13. ЖОНГЛЕР НА ЛОШАДИ


   Не стоит подробно рассказывать, как мы с Железновым работали над тем, чтобы дешифровать список Блейка. Лишь постепенно все эти фиалки и ландыши стали превращаться в реальных людей, имеющих определенные адреса и профессии.
   Железнов согласился со мной, когда я высказал гипотезу о тождестве цветов и агентов Блейка, впрочем, это не было гипотезой, это было очевидно. Теперь следовало узнать адрес Озолса, а может быть, собрать и еще какие-то дополнительные данные, для того чтобы с помощью этих сведений найти и других людей, перечисленных в списке.
   Железнов взялся это сделать через товарищей, с которыми был связан, но для этого требовалось, конечно, время.
   Неожиданно на помощь пришла Янковская.
   Она заезжала ко мне обычно или поздно утром, или под вечер, а иногда даже два раза в день; она все время держала меня в поле своего зрения.
   В день посещения Озолса она появилась под вечер, хотя ее позднее появление не означало, что она не была осведомлена о визите Незабудки.
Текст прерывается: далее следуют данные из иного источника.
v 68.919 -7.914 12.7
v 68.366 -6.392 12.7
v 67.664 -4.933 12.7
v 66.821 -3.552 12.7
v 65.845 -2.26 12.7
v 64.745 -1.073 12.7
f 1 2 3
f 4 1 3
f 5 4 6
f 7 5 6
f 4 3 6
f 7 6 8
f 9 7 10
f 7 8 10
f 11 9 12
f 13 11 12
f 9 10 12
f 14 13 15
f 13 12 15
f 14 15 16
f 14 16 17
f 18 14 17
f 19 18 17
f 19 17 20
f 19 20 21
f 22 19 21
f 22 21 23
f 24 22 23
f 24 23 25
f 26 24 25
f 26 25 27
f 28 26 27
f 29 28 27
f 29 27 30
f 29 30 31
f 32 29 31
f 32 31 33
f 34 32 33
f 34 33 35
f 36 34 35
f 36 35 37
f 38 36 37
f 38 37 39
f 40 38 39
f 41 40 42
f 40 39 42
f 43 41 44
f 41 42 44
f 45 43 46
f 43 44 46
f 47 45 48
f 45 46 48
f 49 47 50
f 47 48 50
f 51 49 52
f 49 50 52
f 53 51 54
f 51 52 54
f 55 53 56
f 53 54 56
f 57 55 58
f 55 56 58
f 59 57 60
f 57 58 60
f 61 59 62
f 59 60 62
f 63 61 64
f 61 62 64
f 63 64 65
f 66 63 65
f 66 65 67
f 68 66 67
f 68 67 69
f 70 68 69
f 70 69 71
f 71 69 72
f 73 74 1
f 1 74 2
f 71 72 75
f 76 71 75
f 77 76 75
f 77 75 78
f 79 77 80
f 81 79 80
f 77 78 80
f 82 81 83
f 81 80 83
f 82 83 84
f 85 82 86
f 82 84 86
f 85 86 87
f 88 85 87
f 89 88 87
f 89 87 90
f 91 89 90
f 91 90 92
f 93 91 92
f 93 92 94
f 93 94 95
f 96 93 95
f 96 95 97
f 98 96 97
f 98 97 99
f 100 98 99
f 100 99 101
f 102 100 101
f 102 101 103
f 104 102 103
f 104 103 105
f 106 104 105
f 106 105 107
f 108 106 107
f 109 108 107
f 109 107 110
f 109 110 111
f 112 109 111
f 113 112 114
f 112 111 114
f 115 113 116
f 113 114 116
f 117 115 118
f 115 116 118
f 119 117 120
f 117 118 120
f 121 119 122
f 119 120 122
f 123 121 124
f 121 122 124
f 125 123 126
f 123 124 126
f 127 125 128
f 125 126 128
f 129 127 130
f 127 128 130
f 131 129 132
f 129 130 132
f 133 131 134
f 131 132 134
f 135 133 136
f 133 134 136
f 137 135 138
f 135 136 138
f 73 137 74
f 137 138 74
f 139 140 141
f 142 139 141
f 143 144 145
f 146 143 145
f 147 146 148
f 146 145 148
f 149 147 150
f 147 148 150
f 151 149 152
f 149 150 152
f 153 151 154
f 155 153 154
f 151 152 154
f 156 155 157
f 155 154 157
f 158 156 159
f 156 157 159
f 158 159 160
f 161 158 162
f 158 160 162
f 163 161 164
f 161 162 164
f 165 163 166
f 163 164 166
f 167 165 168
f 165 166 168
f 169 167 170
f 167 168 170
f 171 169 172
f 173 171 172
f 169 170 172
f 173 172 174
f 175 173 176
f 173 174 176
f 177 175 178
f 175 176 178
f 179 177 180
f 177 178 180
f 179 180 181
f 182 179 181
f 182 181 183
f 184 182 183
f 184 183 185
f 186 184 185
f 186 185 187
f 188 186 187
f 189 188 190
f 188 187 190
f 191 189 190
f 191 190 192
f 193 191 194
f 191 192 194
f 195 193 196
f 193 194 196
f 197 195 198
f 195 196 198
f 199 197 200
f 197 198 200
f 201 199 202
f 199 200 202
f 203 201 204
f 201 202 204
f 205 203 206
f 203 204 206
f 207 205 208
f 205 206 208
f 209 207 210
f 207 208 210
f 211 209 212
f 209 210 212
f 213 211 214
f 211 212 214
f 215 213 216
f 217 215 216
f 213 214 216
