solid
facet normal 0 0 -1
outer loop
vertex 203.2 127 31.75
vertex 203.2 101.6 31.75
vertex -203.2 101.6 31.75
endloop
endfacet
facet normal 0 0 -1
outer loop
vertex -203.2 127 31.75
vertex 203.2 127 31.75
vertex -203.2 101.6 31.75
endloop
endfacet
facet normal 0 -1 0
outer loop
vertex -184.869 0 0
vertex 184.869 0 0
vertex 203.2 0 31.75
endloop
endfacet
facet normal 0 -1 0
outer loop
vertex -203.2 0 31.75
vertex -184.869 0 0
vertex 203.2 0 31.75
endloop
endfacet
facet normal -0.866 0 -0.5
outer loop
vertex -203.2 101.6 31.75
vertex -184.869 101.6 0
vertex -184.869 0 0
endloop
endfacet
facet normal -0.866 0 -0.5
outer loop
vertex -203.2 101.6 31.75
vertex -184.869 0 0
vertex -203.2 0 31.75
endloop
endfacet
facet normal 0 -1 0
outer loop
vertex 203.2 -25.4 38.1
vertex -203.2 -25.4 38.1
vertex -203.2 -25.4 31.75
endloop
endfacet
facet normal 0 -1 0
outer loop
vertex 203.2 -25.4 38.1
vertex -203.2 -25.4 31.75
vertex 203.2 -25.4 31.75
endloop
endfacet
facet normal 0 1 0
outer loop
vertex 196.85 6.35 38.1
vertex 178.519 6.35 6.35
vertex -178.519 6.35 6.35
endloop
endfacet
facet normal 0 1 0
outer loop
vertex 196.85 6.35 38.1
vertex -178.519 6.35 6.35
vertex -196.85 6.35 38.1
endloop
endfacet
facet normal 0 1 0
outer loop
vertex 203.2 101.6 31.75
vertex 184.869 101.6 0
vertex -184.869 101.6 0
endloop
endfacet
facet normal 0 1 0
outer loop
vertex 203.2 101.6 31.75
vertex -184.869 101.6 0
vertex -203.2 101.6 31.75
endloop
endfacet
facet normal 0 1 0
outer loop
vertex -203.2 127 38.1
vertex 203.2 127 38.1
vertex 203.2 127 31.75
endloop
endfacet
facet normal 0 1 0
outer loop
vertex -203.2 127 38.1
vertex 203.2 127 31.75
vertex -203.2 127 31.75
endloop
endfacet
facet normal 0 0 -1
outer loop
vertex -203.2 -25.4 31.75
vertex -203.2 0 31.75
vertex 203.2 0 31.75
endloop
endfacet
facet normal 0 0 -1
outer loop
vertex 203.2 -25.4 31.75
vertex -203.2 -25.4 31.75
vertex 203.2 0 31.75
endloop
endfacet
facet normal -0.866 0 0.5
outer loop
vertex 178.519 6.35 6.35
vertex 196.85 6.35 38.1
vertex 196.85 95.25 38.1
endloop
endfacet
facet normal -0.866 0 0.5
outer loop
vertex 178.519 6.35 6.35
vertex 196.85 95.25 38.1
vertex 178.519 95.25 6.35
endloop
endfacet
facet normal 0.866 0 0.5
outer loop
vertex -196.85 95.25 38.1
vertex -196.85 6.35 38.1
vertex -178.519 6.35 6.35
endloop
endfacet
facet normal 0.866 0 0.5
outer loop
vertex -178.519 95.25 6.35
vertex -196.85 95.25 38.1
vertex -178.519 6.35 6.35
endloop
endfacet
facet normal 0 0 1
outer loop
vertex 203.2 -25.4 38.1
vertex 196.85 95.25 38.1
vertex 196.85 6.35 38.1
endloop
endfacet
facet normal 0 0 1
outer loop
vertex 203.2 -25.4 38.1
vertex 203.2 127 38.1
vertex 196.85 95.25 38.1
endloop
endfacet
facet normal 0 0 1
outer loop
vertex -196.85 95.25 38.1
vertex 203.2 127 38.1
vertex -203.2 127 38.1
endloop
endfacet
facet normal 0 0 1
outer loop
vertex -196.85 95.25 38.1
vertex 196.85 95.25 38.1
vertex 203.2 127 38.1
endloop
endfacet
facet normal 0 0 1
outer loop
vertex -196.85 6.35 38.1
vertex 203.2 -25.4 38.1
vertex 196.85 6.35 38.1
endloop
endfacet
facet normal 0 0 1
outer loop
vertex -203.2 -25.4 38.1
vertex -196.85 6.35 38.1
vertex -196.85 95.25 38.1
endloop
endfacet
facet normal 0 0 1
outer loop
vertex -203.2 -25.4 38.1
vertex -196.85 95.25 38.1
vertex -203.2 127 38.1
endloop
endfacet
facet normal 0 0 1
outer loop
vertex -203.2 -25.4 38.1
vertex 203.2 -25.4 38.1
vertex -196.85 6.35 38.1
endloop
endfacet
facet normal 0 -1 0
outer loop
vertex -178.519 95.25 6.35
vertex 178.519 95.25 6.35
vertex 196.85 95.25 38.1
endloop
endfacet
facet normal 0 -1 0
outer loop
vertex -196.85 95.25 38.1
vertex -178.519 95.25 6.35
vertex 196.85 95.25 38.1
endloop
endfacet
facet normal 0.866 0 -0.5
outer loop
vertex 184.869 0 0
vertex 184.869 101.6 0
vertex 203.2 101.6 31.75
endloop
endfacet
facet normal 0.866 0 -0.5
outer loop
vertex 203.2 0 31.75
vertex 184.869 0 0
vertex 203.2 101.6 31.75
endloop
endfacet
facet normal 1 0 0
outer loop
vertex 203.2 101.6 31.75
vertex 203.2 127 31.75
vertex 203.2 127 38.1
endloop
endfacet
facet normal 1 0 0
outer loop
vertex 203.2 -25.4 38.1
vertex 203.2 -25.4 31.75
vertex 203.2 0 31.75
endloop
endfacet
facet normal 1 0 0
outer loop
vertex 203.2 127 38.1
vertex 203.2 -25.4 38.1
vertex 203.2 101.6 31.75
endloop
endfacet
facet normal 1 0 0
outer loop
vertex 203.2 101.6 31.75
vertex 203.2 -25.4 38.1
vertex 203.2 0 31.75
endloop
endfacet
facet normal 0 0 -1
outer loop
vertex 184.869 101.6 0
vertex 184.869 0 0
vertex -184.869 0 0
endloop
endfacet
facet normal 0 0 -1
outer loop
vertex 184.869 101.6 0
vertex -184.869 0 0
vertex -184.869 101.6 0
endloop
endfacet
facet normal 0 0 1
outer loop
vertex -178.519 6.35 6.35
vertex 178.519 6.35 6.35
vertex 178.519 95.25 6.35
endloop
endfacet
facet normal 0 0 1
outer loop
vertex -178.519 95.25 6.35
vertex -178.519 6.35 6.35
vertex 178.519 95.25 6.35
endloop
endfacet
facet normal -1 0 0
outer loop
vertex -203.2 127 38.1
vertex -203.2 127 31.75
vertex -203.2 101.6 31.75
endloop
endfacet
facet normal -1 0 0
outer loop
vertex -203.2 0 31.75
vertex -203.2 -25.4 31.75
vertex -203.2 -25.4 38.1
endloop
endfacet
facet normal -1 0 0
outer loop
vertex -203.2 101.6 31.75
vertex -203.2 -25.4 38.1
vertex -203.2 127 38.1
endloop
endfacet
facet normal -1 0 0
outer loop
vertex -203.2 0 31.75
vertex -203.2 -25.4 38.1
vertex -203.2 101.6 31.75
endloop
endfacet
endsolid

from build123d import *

# Parameters (mm, degrees)
F0_W      = 101.6
F0_H      = 38.1
F1_DEPTH  = 203.2
F3_T      = -6.35
F2_W      = 406.4
F2_H      = 6.35
F4_DEPTH  = 25.4
F5_W      = 406.4
F5_H      = 6.35
F6_DEPTH  = 25.4
F8_DEPTH  = 88.9
F10_DEPTH = 141.224


# Not quite as in the source:
# - a pattern or mirror of a feature is missing from the dataset's text; its kind, count and spacing are read off the source's solid


with BuildPart() as f1:
    # F0 (on Right) → F1 (new body, symmetric)
    with BuildSketch(Plane.YZ):
        with Locations((50.8, 19.05)):
            Rectangle(F0_W, F0_H)
    extrude(amount=F1_DEPTH, both=True)

    # F3
    f3_openings = [f1.faces().sort_by_distance(p)[0] for p in [
        (0, 50.8, 38.1),
    ]]
    offset(amount=F3_T, openings=f3_openings)

    # F2 (on face) → F4 (join)
    with BuildSketch(Plane.XZ):
        with Locations((0, 34.925)):
            Rectangle(F2_W, F2_H)
    extrude(amount=F4_DEPTH)

    # F5 (on face) → F6 (join)
    with BuildSketch(Plane(origin=(0, 101.6, 0), x_dir=(-1, 0, 0), z_dir=(0, 1, 0))):
        with Locations((0, 34.925)):
            Rectangle(F5_W, F5_H)
    extrude(amount=F6_DEPTH)

    # F7 (on face) → F8 (join, through all)
    with BuildSketch(Plane(origin=(0, 6.35, 0), x_dir=(-1, 0, 0), z_dir=(0, 1, 0))):
        Polygon((196.85, 6.35), (196.85, 38.1), (178.5191289532, 6.35), align=None)
    f8 = extrude(amount=F8_DEPTH)

    # F8_copies: F8 across plane
    add(f8.mirror(Plane(origin=(0, 0, 0), x_dir=(0, 0, 1), z_dir=(1, 0, 0))))

    # F9 (on Front) → F10 (cut)
    with BuildSketch(Plane.XZ):
        Polygon((-184.8691289532, 0), (-203.2, 31.75), (-203.2, 0), align=None)
    f10 = extrude(amount=-F10_DEPTH, mode=Mode.SUBTRACT)

    # F10_copies: F10 across plane
    add(f10.mirror(Plane(origin=(0, 0, 0), x_dir=(0, 0, 1), z_dir=(1, 0, 0))), mode=Mode.SUBTRACT)


solid = f1.part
Она следила за мной и вследствие профессиональной наблюдательности по незначительным деталям, обрывкам слов и незаметным вопросам создавала правильное представление о моем времяпрепровождении.
   Она вошла, села, закурила, с любопытством взглянула на меня, ожидая, что я скажу, но я молчал, и она первой нарушила молчание:
   – Был?
   – Кто?
   – Тот, кто должен был к вам явиться.
   Не было нужды прятать от нее Озолса, наоборот, она могла помочь обнаружить и других агентов Блейка.
   – Был.
   – Кто он?
   – Некий Озолс, ветеринарный врач.
   Она сама достала список и нашла в нем Озолса.
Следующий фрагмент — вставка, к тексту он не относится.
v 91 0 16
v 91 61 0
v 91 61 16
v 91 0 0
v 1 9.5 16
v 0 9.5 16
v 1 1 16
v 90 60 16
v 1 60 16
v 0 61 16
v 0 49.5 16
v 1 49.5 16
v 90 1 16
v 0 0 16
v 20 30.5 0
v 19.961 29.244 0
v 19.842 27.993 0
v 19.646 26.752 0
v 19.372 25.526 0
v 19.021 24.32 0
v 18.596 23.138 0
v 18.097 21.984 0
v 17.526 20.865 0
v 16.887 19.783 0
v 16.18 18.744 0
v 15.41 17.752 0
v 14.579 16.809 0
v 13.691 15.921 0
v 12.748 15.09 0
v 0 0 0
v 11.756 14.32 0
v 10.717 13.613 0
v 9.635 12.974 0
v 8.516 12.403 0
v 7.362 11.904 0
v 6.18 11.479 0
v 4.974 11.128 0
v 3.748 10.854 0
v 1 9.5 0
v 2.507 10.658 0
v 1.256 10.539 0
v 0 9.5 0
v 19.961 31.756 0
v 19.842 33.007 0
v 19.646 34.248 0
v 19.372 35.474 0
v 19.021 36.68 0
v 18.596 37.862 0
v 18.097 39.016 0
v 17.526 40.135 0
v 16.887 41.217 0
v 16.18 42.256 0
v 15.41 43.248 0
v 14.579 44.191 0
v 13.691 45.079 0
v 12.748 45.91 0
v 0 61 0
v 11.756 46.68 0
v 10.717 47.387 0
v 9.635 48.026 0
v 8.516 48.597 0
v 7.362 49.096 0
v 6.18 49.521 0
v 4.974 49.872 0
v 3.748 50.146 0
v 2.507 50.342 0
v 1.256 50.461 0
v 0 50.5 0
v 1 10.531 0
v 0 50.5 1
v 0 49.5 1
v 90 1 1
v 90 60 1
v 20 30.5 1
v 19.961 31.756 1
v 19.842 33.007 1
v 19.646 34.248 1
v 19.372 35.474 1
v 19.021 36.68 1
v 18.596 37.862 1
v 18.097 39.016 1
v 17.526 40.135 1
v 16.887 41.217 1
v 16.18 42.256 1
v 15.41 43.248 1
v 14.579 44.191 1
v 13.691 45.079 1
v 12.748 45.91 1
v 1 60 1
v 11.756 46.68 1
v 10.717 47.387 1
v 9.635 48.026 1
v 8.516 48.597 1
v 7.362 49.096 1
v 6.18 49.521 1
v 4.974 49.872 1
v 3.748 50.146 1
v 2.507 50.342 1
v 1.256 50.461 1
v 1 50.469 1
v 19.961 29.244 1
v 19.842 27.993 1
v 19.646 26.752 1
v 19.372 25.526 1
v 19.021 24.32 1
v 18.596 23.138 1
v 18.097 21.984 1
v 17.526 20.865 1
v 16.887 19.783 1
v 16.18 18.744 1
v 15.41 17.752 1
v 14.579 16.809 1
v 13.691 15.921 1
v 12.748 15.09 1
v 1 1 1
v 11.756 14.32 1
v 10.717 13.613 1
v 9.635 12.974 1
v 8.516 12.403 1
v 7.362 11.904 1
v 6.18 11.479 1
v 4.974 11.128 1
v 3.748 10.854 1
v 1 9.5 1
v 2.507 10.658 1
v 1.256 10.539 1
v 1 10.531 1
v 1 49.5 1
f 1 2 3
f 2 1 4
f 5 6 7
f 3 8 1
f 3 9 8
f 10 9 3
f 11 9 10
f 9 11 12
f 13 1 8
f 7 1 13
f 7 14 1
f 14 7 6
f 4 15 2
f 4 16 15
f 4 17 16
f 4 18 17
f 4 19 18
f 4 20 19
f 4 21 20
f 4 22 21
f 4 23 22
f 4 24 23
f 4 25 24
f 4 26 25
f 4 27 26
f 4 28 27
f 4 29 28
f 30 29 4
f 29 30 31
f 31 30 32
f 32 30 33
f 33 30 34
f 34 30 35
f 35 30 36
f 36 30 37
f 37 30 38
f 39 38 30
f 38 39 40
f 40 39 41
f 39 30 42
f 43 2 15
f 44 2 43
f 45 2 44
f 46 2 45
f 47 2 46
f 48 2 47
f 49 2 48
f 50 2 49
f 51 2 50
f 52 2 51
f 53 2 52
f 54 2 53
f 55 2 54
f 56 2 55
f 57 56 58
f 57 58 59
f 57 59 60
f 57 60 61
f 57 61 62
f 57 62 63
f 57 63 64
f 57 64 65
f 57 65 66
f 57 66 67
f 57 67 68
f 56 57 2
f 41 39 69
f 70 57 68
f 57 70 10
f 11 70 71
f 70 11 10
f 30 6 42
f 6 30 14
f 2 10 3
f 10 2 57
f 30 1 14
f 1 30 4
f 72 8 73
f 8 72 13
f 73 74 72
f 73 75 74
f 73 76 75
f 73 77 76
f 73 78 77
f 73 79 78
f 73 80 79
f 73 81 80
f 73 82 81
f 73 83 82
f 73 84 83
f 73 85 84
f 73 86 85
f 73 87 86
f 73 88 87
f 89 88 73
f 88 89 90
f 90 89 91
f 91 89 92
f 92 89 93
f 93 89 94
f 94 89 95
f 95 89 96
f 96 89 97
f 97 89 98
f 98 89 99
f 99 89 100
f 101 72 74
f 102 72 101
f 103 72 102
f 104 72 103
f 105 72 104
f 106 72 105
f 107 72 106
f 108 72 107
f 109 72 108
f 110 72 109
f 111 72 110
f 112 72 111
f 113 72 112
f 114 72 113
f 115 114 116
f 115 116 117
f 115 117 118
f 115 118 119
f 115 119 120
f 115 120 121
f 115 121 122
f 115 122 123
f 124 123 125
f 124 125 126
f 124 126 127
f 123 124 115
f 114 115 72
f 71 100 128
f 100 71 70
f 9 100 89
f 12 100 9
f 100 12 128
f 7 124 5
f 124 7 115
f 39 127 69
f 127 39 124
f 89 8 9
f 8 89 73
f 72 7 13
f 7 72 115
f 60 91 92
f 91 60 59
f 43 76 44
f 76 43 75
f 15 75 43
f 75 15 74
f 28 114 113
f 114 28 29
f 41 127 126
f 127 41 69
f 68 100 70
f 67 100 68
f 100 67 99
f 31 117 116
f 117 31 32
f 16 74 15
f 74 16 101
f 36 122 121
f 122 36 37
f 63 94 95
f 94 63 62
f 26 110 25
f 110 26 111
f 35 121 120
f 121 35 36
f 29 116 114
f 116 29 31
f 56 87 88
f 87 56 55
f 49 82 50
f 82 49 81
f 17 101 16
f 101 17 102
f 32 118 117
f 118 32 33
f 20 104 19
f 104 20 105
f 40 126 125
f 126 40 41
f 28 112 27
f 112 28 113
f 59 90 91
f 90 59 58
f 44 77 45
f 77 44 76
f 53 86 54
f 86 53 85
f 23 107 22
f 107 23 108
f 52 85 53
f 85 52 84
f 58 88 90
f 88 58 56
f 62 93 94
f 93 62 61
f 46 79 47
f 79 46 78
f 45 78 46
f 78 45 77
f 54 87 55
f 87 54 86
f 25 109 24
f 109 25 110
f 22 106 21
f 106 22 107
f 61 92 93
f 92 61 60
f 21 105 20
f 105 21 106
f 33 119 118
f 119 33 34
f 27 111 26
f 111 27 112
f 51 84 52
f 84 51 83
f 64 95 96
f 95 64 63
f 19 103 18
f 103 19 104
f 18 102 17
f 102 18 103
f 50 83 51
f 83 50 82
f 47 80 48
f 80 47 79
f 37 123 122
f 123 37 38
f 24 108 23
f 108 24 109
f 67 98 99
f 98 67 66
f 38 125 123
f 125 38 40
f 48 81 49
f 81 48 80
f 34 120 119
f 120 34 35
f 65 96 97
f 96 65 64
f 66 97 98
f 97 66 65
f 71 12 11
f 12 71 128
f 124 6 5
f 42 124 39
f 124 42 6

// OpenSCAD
// Karten: 87mm x 57mm -> 89x59
// Automa: 10mm hoch -> 13mm
// Bonuskarten: 13mm -> 15mm
// Vogelkarten: 30mm hoch -> 32mm
// Rahmen: 1mm

// Wertungsblock: 112x81mm

hoehe = 15;
$fn = 100;

difference(){
    cube([91,61,hoehe+1]);
    translate([1,1,1]){
        cube([89,59,hoehe]);
    }
    translate([0,61/2,0]){
        linear_extrude(1){
            circle(20);
        }
    }
    #translate([0,19/2,0]){
        cube([1,40,hoehe+1]);
    }
}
   – Вы узнали о нем какие-нибудь подробности?
   – Да, его кличка – Незабудка.
   Я показал ей открытку с незабудками и познакомил со своей догадкой.
   Ей понравились цветочные псевдонимы. Она оживилась и утвердительно кивнула.
   – Вы не узнали его адреса?
   – Это могло вызвать подозрения.
   – Правильно. По-видимому, это старый провока­тор. Он сразу бы исчез. Но его адрес легко узнать.
   – Через адресный стол?
   – Конечно, нет. В адресном столе сейчас полная неразбериха, хотя немцы создали в нем видимость порядка. Вы должны использовать Эдингера. Попросите его узнать адрес…
   – Эдингера?
   – Разумеется. Он отыщет Озолса за несколько ча­сов.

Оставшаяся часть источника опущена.